I am very confused about telomeres, it's so wishywashy and all over the place; one minute it's good one minutes it's bad. For now, it's less Usefull, it might make telomeres longer but at a cost of accelerated epiegentic aging; and that is Very bad. Bad, because studies showed it - telomeres do not correlated (at least, as well) to mortality and aging to the same precision that the DNA methyl clock does. It is far more precise and predictive of your death in subsequent years.
Aging is all about context and situation; in one situtaion it's bad and the same thing, in another is good; that is how dualistic, 'antagonistic (pleiotropy)', agonistic, double-bladed, ironistic, double-dippingistic, 2-facedistic, 2-timingistic... oh and double-standardistic it is because it's a balance and obviously, it will balance in, out, back and forth till it finds what works - at that specific moment which seems opportunistic also, evol has a nack for cheating too but it likes to calls it a 'balance'; so it becomes very hard to predict anything about aging; rather, I think now we are better at 'seeing' the 2 extremities and so we can roughly 'gauge' where it will fall between these two.

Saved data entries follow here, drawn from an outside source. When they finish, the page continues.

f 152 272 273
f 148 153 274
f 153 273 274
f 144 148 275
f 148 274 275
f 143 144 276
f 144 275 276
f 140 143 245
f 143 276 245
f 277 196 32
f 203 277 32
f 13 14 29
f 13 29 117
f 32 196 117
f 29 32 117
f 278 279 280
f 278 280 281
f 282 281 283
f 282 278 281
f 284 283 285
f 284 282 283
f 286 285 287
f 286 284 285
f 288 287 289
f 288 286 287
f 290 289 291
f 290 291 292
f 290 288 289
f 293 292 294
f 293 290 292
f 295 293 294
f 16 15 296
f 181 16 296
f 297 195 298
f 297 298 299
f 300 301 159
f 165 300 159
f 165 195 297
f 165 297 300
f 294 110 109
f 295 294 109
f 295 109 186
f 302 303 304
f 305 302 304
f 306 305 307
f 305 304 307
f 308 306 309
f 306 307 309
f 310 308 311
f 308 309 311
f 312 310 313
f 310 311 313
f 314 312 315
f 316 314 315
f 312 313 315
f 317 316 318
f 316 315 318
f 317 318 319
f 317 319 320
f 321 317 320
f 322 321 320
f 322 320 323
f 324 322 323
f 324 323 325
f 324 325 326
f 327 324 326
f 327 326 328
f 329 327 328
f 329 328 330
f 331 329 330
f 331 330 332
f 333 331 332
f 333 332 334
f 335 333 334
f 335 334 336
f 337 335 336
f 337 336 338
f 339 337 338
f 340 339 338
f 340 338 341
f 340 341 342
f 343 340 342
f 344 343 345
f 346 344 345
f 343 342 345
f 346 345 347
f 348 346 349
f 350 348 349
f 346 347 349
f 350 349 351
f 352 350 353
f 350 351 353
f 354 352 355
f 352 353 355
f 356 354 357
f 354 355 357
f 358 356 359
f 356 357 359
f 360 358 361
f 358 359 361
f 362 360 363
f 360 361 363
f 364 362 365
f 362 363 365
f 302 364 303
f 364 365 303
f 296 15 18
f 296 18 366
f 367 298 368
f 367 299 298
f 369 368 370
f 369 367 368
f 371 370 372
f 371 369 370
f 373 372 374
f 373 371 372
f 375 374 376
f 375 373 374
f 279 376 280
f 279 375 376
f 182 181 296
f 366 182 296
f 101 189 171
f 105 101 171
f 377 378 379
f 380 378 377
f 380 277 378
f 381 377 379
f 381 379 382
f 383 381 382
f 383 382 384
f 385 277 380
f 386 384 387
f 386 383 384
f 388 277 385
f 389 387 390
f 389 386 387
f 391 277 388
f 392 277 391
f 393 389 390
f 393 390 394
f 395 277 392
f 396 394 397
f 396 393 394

Just a 2 cent. (K it might be more like a 3 cent).
PS:
This study has verified DNA methylation clock of mouse and, it shows me, that if mice die with LONG(er) telomeres than humans in a very short life of 2 years - while progeric mice die evenn quicker and show faster telomere loss - then it means telomeres are just a 'barometer' of health and a counting limit to cell replication before entering replicative senescence. They are not the true intrinsic element of aging; that is far more the DNA methyl clock - And the damages/IC EC junk (espeically, DNA damage, 8-oxodG lesions in the mitochondrial DNA and less so in the nuclear DNA, mainly; and telomeric DNA foci damage y-H2AX is not nearly as important).

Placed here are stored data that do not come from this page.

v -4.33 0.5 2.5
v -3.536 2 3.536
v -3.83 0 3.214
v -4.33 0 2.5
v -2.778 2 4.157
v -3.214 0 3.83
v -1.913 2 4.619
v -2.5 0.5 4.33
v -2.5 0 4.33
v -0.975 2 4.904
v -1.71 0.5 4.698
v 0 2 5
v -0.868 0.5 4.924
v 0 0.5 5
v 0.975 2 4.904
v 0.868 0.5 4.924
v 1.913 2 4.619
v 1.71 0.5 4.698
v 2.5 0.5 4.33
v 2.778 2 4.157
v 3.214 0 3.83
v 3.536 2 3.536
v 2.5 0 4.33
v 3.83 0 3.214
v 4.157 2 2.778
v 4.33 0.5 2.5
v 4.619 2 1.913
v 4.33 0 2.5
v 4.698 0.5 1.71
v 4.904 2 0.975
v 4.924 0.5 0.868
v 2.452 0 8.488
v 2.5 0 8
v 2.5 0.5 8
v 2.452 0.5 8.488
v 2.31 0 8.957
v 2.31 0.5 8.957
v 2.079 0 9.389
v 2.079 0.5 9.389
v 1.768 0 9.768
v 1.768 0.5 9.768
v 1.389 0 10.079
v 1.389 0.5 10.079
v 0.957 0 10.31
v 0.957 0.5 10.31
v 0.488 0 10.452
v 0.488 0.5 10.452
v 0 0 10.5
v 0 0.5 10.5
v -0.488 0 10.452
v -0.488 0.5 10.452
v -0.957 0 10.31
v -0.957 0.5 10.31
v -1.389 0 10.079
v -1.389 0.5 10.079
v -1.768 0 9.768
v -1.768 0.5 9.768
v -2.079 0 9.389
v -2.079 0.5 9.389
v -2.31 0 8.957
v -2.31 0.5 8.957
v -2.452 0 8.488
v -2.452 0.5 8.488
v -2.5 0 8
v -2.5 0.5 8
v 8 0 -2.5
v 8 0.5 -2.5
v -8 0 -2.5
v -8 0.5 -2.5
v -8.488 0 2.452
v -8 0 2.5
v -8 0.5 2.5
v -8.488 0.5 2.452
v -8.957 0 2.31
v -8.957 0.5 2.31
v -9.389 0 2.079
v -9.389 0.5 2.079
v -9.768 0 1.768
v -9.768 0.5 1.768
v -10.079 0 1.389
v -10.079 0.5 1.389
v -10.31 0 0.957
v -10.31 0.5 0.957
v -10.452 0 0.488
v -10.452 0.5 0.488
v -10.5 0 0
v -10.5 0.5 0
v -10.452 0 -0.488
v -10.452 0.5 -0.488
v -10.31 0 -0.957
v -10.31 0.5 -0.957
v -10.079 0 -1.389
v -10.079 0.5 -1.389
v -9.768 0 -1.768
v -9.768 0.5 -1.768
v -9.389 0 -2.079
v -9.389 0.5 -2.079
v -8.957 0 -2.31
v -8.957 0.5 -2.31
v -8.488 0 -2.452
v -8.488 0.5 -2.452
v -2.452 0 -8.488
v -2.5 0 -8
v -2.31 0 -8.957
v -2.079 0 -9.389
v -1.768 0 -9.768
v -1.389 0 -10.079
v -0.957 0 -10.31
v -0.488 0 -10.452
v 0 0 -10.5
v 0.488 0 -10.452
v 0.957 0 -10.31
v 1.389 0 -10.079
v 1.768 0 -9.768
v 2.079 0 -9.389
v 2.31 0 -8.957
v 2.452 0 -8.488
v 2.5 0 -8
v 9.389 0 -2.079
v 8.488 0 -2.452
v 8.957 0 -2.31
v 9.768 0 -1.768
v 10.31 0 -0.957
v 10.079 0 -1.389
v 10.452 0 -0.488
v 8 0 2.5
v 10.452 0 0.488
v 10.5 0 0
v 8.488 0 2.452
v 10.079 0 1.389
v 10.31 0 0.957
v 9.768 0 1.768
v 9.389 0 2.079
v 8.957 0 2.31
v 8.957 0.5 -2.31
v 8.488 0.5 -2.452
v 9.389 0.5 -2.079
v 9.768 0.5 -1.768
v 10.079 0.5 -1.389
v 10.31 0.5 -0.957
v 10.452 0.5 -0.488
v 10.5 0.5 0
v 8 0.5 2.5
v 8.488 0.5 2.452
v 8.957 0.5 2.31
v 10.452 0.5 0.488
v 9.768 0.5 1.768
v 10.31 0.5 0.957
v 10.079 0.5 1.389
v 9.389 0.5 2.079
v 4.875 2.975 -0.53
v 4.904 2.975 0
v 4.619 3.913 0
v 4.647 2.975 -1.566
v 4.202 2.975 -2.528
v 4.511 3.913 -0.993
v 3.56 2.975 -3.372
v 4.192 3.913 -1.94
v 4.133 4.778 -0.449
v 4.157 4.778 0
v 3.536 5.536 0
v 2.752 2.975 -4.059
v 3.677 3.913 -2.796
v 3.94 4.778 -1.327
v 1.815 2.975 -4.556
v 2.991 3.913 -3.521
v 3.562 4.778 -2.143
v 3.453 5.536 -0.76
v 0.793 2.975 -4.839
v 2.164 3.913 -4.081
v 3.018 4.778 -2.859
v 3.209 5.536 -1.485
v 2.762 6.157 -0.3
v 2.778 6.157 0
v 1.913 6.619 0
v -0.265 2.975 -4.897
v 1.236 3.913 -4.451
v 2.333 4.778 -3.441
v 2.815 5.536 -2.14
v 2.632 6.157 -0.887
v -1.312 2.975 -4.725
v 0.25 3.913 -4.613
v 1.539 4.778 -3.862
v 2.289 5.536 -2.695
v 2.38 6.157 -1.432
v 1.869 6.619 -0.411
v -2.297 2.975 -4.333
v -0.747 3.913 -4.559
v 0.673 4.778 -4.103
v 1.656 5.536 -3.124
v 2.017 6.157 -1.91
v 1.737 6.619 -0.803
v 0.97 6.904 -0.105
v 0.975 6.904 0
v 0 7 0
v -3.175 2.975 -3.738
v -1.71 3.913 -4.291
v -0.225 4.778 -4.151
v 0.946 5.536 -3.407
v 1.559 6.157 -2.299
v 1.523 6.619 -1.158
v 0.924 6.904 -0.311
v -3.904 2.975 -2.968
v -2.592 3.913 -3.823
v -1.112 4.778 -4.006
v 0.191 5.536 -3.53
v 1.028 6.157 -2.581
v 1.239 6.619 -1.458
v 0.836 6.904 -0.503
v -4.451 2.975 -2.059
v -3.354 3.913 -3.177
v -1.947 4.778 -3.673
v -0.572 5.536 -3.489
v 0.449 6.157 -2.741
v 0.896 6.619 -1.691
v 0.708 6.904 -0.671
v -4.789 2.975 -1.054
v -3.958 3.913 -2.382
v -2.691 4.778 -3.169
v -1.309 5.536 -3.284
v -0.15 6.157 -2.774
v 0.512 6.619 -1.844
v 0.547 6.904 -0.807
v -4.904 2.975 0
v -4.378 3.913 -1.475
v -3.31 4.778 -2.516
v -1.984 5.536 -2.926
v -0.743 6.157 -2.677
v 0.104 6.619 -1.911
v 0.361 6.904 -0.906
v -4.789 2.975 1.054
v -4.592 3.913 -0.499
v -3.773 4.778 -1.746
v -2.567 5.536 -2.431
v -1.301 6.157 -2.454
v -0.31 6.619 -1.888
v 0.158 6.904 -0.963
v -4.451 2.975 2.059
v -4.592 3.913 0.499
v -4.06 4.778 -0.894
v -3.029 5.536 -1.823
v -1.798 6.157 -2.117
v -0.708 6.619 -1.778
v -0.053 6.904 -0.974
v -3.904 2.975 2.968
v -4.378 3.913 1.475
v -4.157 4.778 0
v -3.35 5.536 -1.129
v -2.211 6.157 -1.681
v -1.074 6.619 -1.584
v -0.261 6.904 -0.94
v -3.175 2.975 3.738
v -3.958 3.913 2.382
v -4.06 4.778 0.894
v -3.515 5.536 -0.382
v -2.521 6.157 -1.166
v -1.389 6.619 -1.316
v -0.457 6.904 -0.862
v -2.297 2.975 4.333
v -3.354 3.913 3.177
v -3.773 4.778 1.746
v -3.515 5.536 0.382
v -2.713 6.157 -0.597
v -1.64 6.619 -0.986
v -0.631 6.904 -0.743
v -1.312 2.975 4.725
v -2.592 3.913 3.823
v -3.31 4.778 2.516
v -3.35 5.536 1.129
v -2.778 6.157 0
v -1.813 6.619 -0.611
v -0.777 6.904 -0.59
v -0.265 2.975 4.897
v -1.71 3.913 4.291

1. Multi-tissue DNA methylation age predictor in mouse
https://genomebiology.biomedcentral.com/articles/10.1186/s13059-017-1203-5
It all makes perfect sense to me... telomerase, gene transcription of growth factors, cell division and growth tend to punch holes in the epigenome surrounding the chromatin. These areas then become hypomethylated, exposing growth genes that should be closed during adulthood in aging organisms. Instead, these areas of the physical epigenome should be tightly closed to gene transcription, in other words those areas of the epigenome should be tightly hypermethylated to preserve the epigenetic clock.
I don't see how longer lifespan necessarily equates to lost resources and thus programmed aging was selected for. This is an argument that doesn't hold up for me, logically. Longer lifespan has always been associated with slower reproduction rates hasn't it? Also, isn't overpopulation a myth? We're talking hundreds of thousands of years ago, when our ape like ancestral populations were pretty low compared to the 7 billion humans today. How would environmental pressures like famine select for short lifespans? I guess maybe if shorter lifespans result in more reproduction then perhaps you end up with a larger population to help with the probability of going extinct in cases of disaster. I think the issue with longer lifespans in terms of selection is purely a problem of population size, the shorter the lifespan the larger the size of population which means greater probability of survival.
Regardless of the above, I really hope we can solve this epigenetic, methylation clock problem because I agree, it's likely that this, rather than telomeres alone, is at the very root of aging.